Wednesday October 19: 11:00 am


Acceleware Technical Program Presentations at SEG 2016

 

Reducing under-sampling artifacts in 3D true-amplitude RTM angle gathers

For generating RTM Angle-Domain Common Image Gathers (ADCIGs), indexed by subsurface reflection and azimuth angles, the coarsely-sampled or irregularly-smapled shot and receiver locations on the surface leads to severe under-sampling artifacts in ADCIGs with small angle binning size. These under-sampling artifacts are worse for the shallow refelctors and small reflection angle in the case of 3D data.

In this paper, we first derive that the theoretical number of hitcount for each angle bin is given by the determinant of the Jacobian matrix of transforming subsurface angle to surface shot coordinates. Then we illustrate that the undersampling artifacts are linearly proportional to the percentage deviation of actual hitcount number with respect to the theoretical hitcount number. At last, we propose using relative hitcount compenstation to reduce the undersampling artifacts for RTM 3D ADCIGs, and demonstrate its effectiveness on 3D synthetic.

Session ID: Advances and Applications in Seismic Migration - SPMI P1
Type: Poster Presentation
Presenter: Dr. Yilong Qin, Acceleware
When: Monday, October 17 - 4:10pm
Room: 7G, Lobby D/C in the Kay Bailey Hutchison Convention Center

 

Effect of random noises and inaccurate reflection angle estimation on the amplitude of 3D RTM angle gathers: a numberical study

The amplitude of the true-amplitude RTM angle gather provides an estimate of the angle-dependent reflection coefficient. In other words, for RTM angle gathers, the peak amplitude on each reflector is proportional to the angle-dependent reflection coefficient at the specular incidence angle. However, the amplitude of the RTM angle gather is also affected by other factors such as different imaging conditions, complex overburden velocity, undersampling artifactsm random noise, reflection angle estimation methods, source/receiver ghosts, transmission losses, attenuations, etc.

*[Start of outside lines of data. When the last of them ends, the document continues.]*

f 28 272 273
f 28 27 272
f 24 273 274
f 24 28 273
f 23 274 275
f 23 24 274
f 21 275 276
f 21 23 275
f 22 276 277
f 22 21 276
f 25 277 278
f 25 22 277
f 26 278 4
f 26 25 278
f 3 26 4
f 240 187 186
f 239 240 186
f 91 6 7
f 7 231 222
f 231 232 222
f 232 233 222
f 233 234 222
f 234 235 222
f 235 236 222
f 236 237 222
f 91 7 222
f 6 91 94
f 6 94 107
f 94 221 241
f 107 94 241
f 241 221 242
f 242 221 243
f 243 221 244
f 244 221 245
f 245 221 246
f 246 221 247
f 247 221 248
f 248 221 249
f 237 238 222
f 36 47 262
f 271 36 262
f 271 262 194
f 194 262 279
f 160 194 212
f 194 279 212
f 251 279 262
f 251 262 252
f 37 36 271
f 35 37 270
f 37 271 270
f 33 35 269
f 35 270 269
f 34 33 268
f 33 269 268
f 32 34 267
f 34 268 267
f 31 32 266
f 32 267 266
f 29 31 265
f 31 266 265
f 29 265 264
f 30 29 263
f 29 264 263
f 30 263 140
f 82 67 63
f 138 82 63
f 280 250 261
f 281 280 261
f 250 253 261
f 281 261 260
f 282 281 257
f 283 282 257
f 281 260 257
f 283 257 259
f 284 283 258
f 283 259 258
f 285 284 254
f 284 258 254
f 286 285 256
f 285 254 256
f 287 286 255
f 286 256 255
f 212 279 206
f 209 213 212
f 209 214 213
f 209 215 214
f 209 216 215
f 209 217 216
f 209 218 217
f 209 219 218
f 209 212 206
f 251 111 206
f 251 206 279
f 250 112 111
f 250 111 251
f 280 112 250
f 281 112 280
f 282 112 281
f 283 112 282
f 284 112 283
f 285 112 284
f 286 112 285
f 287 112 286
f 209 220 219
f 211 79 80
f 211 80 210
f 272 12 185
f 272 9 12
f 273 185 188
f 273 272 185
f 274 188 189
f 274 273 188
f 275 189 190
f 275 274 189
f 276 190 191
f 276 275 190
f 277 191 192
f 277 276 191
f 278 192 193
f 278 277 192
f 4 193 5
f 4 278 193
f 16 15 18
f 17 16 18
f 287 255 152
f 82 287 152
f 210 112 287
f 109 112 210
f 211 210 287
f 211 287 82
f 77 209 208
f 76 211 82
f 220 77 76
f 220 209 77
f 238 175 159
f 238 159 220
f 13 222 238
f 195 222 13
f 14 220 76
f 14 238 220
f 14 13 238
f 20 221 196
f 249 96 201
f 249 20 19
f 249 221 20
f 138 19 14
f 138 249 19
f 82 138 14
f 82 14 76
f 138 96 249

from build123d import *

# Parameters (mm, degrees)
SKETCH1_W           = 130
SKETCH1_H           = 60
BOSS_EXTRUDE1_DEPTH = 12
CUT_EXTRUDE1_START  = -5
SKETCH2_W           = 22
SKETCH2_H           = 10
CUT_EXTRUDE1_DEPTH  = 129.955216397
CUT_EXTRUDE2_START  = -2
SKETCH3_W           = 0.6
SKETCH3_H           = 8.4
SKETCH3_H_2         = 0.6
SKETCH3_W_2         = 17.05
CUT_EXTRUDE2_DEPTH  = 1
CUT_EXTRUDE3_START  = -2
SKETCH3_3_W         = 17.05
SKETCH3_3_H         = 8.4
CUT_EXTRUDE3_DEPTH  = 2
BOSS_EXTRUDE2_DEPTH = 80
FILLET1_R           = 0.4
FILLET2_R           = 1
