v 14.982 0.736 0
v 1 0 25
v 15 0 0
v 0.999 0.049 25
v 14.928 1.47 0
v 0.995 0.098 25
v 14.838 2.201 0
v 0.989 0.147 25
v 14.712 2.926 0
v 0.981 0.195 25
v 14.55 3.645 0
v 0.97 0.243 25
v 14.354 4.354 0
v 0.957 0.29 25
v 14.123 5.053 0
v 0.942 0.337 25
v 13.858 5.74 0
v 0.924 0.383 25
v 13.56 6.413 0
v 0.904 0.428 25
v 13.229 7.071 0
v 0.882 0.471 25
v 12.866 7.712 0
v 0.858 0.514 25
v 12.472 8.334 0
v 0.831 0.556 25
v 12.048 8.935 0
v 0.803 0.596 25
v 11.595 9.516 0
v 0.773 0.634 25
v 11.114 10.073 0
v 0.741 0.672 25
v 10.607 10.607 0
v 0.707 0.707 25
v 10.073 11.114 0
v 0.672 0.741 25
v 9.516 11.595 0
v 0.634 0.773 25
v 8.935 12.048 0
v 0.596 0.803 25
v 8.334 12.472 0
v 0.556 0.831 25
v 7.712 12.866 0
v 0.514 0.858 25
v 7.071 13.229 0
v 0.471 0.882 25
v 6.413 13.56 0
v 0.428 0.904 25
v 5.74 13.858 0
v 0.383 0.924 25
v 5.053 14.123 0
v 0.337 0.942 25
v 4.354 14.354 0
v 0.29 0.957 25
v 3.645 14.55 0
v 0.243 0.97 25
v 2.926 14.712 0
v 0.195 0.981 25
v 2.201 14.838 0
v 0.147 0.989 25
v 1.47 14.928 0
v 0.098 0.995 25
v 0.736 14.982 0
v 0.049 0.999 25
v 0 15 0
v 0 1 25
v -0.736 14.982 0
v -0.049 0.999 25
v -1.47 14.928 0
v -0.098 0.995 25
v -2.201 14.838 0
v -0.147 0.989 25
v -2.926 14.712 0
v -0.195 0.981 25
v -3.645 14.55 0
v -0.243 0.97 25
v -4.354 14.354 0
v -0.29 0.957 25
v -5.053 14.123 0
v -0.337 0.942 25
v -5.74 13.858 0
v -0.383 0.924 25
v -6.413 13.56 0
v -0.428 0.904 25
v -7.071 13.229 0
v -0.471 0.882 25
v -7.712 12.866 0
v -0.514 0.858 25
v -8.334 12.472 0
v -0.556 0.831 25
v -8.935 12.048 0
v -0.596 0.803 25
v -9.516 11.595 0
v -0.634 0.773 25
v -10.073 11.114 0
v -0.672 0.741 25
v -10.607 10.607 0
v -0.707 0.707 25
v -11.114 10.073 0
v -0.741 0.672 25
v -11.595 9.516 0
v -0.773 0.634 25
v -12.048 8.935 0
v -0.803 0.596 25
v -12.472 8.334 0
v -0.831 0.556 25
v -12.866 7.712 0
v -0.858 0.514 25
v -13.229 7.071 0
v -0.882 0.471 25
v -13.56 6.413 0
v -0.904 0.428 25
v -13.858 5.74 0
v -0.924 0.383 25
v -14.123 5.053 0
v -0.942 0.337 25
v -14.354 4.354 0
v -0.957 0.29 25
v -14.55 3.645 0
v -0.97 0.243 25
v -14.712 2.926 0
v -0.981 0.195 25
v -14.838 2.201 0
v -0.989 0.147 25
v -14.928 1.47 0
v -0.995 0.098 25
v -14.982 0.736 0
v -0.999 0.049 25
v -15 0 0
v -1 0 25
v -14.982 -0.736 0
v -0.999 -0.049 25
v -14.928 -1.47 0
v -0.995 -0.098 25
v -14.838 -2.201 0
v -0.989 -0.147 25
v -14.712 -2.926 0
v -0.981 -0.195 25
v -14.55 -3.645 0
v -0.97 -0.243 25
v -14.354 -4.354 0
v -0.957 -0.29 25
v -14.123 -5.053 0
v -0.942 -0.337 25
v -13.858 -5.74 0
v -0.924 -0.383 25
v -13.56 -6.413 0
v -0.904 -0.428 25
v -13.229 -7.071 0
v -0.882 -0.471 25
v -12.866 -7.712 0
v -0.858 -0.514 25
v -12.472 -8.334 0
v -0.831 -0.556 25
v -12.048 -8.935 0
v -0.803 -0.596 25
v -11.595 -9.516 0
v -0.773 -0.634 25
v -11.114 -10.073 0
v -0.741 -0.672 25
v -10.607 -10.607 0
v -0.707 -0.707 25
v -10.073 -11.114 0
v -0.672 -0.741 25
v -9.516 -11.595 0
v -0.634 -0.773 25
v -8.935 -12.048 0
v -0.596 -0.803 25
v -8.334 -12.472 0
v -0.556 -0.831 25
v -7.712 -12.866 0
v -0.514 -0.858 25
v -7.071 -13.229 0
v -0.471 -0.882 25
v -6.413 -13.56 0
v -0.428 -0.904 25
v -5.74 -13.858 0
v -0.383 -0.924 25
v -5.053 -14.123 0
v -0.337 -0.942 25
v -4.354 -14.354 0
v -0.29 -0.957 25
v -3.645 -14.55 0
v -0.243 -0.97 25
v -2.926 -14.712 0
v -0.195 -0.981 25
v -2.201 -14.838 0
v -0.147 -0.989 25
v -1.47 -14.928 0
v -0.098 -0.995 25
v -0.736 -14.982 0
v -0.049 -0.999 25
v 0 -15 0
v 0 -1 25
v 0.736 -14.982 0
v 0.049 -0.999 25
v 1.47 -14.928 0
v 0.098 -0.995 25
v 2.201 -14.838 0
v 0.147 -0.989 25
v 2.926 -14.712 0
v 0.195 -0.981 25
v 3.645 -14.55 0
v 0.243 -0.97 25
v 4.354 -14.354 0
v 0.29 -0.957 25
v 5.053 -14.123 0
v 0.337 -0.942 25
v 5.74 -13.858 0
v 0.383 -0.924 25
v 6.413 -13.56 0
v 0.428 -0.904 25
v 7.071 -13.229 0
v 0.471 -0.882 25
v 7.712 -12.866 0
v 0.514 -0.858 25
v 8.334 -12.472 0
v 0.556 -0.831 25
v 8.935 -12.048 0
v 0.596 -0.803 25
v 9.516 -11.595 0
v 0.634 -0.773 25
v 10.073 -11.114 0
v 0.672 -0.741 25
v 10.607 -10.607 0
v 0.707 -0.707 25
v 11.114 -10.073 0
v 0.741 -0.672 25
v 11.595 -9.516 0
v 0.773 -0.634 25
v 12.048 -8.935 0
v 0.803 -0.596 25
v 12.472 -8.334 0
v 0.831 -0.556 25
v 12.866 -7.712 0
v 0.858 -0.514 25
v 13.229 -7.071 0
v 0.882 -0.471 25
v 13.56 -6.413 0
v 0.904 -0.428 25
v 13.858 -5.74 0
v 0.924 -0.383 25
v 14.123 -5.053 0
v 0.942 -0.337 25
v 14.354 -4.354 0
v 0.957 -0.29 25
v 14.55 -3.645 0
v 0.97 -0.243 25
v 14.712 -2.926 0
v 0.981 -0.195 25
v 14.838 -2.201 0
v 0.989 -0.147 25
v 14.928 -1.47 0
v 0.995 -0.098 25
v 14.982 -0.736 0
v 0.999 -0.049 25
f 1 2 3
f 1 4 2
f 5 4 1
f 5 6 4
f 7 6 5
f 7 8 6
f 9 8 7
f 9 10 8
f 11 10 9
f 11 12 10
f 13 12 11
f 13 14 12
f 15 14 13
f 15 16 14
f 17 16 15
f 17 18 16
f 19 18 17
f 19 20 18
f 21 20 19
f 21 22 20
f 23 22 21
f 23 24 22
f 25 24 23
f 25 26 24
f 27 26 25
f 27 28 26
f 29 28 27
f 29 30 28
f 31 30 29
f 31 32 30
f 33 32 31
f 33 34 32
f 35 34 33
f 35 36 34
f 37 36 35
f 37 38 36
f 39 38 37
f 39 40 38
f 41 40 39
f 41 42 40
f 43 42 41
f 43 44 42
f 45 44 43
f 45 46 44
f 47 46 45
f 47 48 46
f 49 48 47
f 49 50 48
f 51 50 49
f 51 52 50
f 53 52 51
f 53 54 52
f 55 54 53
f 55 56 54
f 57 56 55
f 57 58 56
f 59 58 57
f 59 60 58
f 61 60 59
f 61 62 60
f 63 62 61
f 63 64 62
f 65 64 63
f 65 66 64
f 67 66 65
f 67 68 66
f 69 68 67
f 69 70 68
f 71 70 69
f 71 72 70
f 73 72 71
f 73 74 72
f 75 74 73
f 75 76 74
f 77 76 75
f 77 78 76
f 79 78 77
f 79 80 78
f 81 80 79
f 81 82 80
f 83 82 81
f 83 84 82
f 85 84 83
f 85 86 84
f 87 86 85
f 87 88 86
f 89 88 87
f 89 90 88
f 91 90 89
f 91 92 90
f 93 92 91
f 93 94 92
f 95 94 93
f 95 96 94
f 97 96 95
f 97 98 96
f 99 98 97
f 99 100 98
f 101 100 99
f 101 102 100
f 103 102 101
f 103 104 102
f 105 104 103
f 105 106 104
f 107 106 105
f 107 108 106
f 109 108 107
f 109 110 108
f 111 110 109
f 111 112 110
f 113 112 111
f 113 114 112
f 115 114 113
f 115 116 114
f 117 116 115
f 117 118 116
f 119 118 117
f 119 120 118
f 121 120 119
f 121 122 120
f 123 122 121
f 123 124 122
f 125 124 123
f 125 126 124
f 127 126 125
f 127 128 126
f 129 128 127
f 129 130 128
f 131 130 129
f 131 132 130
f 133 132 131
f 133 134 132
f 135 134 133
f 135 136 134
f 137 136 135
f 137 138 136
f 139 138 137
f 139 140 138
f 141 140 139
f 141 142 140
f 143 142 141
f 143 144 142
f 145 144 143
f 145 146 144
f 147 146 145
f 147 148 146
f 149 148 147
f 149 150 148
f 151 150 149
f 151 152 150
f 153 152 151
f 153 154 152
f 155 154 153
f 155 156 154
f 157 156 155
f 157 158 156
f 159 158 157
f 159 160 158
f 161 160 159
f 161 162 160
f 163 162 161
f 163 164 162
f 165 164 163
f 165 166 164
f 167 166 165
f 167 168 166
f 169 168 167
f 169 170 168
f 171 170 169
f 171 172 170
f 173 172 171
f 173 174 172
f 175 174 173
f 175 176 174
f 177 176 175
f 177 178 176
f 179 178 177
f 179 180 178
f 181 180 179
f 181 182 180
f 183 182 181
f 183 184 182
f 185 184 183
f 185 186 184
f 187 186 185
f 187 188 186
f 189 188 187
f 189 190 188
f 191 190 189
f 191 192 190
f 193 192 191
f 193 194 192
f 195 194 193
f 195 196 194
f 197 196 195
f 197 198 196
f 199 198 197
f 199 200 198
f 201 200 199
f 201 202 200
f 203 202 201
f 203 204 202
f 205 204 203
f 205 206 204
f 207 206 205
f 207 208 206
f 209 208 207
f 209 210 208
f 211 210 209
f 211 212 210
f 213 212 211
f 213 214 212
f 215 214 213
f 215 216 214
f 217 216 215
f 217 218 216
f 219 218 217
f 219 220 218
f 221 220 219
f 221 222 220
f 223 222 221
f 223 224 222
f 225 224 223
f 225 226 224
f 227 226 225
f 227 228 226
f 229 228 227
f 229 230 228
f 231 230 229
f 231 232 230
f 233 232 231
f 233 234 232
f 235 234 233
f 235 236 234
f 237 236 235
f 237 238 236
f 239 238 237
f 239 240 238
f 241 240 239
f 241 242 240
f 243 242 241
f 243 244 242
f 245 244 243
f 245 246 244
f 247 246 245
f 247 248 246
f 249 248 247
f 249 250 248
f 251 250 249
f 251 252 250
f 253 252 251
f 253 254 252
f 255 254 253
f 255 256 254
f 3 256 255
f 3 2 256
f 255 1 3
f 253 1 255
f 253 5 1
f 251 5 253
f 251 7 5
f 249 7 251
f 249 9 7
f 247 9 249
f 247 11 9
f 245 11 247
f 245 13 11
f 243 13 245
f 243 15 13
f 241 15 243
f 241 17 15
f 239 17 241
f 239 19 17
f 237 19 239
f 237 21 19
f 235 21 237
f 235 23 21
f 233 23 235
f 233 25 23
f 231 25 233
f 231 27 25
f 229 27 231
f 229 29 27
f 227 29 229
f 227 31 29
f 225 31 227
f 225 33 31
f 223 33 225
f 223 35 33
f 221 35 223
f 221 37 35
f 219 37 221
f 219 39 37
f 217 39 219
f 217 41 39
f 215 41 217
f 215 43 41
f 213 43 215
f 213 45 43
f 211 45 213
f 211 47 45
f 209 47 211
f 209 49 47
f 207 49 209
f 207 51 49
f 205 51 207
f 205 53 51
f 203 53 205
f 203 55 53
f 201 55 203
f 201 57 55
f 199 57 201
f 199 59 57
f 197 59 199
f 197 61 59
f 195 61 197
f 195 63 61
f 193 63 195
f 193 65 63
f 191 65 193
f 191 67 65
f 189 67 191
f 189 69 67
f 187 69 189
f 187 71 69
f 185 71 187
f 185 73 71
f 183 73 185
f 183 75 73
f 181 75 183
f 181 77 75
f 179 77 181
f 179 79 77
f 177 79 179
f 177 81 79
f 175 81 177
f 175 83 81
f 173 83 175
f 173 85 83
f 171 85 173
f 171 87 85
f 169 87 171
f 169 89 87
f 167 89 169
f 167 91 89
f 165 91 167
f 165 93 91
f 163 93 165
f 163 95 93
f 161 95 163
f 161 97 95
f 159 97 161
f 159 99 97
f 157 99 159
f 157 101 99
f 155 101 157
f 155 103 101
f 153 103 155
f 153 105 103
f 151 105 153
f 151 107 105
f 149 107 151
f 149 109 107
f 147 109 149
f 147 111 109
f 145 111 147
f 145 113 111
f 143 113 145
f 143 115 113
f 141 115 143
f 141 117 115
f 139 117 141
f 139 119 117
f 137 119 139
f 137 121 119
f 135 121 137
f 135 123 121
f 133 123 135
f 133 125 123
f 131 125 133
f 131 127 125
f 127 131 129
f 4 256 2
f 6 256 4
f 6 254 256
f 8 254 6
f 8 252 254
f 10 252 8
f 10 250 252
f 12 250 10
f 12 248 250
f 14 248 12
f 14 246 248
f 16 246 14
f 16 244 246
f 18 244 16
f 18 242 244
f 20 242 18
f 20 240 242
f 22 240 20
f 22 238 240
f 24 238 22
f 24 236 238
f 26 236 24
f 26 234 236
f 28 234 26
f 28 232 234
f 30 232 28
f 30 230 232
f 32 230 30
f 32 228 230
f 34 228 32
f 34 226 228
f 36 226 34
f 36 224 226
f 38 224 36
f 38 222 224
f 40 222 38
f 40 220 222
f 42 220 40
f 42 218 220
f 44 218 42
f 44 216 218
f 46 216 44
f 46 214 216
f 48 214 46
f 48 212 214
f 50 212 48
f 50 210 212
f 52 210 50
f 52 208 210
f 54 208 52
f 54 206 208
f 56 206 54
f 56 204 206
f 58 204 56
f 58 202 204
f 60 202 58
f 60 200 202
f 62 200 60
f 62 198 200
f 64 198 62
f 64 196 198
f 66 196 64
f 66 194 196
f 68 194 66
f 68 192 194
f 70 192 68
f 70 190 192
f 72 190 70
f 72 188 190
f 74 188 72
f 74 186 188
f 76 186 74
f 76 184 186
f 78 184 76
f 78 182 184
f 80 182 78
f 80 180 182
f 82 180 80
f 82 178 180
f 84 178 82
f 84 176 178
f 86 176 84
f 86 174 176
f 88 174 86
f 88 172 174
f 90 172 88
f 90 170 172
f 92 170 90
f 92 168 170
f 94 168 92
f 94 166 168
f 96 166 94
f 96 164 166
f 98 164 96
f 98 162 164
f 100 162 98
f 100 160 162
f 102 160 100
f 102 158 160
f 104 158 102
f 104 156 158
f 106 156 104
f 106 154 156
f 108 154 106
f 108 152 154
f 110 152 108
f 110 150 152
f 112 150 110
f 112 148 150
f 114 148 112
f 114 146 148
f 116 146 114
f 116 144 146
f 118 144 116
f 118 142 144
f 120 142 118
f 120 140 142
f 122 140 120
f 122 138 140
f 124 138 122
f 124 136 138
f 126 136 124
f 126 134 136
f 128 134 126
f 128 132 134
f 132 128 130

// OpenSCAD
// Auto-generated from tests/data/feature_fixtures_manifest.json
// fixture: cone_steep
// fixture_type: cone
// description: Steep cone frustum (r1=15, r2=1, h=25); negative-class guard against cylinder over-detection.
$fn = 96;

radius1 = 15.000000;
radius2 = 1.000000;
height = 25.000000;

cylinder(r1=radius1, r2=radius2, h=height, $fn=128);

In the paper, we first use 3D angle-domain correlation-type imaging conditions to generate 3D true-amplitude RTM azimuth-sctored angle gathers by using a small shot spacing and show the corresponding specular hitcount number for each angle bin. Then, by adding very strong Gaussian noise to the shot gather, we demonstrate that the Huygens summation process in the receiver wavefield backward propogation attenuates most of the random noise. The SNR in the true-amplitude RTM shot image is lower in the deeper part of the image. The obtained angle gather has a much higher SNR than the shot image, due to the small shot spacing. By perturbing the reflection angle estimation, we show that the amplitude of near angle traces is more sensitive to errors in the reflection angle calculation. 

Session ID: Workflows and New Indicators - AVO 1
Type: PC-Based Oral Presentation
Presenter: Dr. Yilong Qin, Acceleware
​When: Monday, October 17 - 4:35pm
Room: 174 in the Kay Bailey Hutchison Convention Center

 


Presenters

Yilong Qin - Geophysical Researcher

Dr. Yilong Qin

Geophysical Researcher, Acceleware Ltd.
Yilong is responsible for developing and implementing new geophysical algorithms. He has developed several key technologies for Acceleware’s modeling and migration libraries and has worked on RTM workflow and process optimizations. Prior to joining Acceleware, Yilong’s experience included the research and development of innovative seismic processing techniques to extract more reliable subsurface information from seismic datasets. Yilong has authored many publications for industry associations and journals. Yilong has a Ph.D. in Seismology from the Institut de Physique du Globe de Paris (IPGP).

Scott Quiring - Team Lead

Scott Quiring

Team Lead, Software Development, Acceleware Ltd.
Scott is the Team Lead for Acceleware’s seismic software applications. Scott has been developing high performance computing software since 2007, working with compute GPUs, multi-core CPUs and Intel’s Xeon Phi Coprocessors. More recently Scott has been designing Acceleware’s Full Waveform Inversion product. His specialty is achieving linear scaling across nodes for large problems. Scott has a B.Sc in Computer Engineering from the University of Calgary.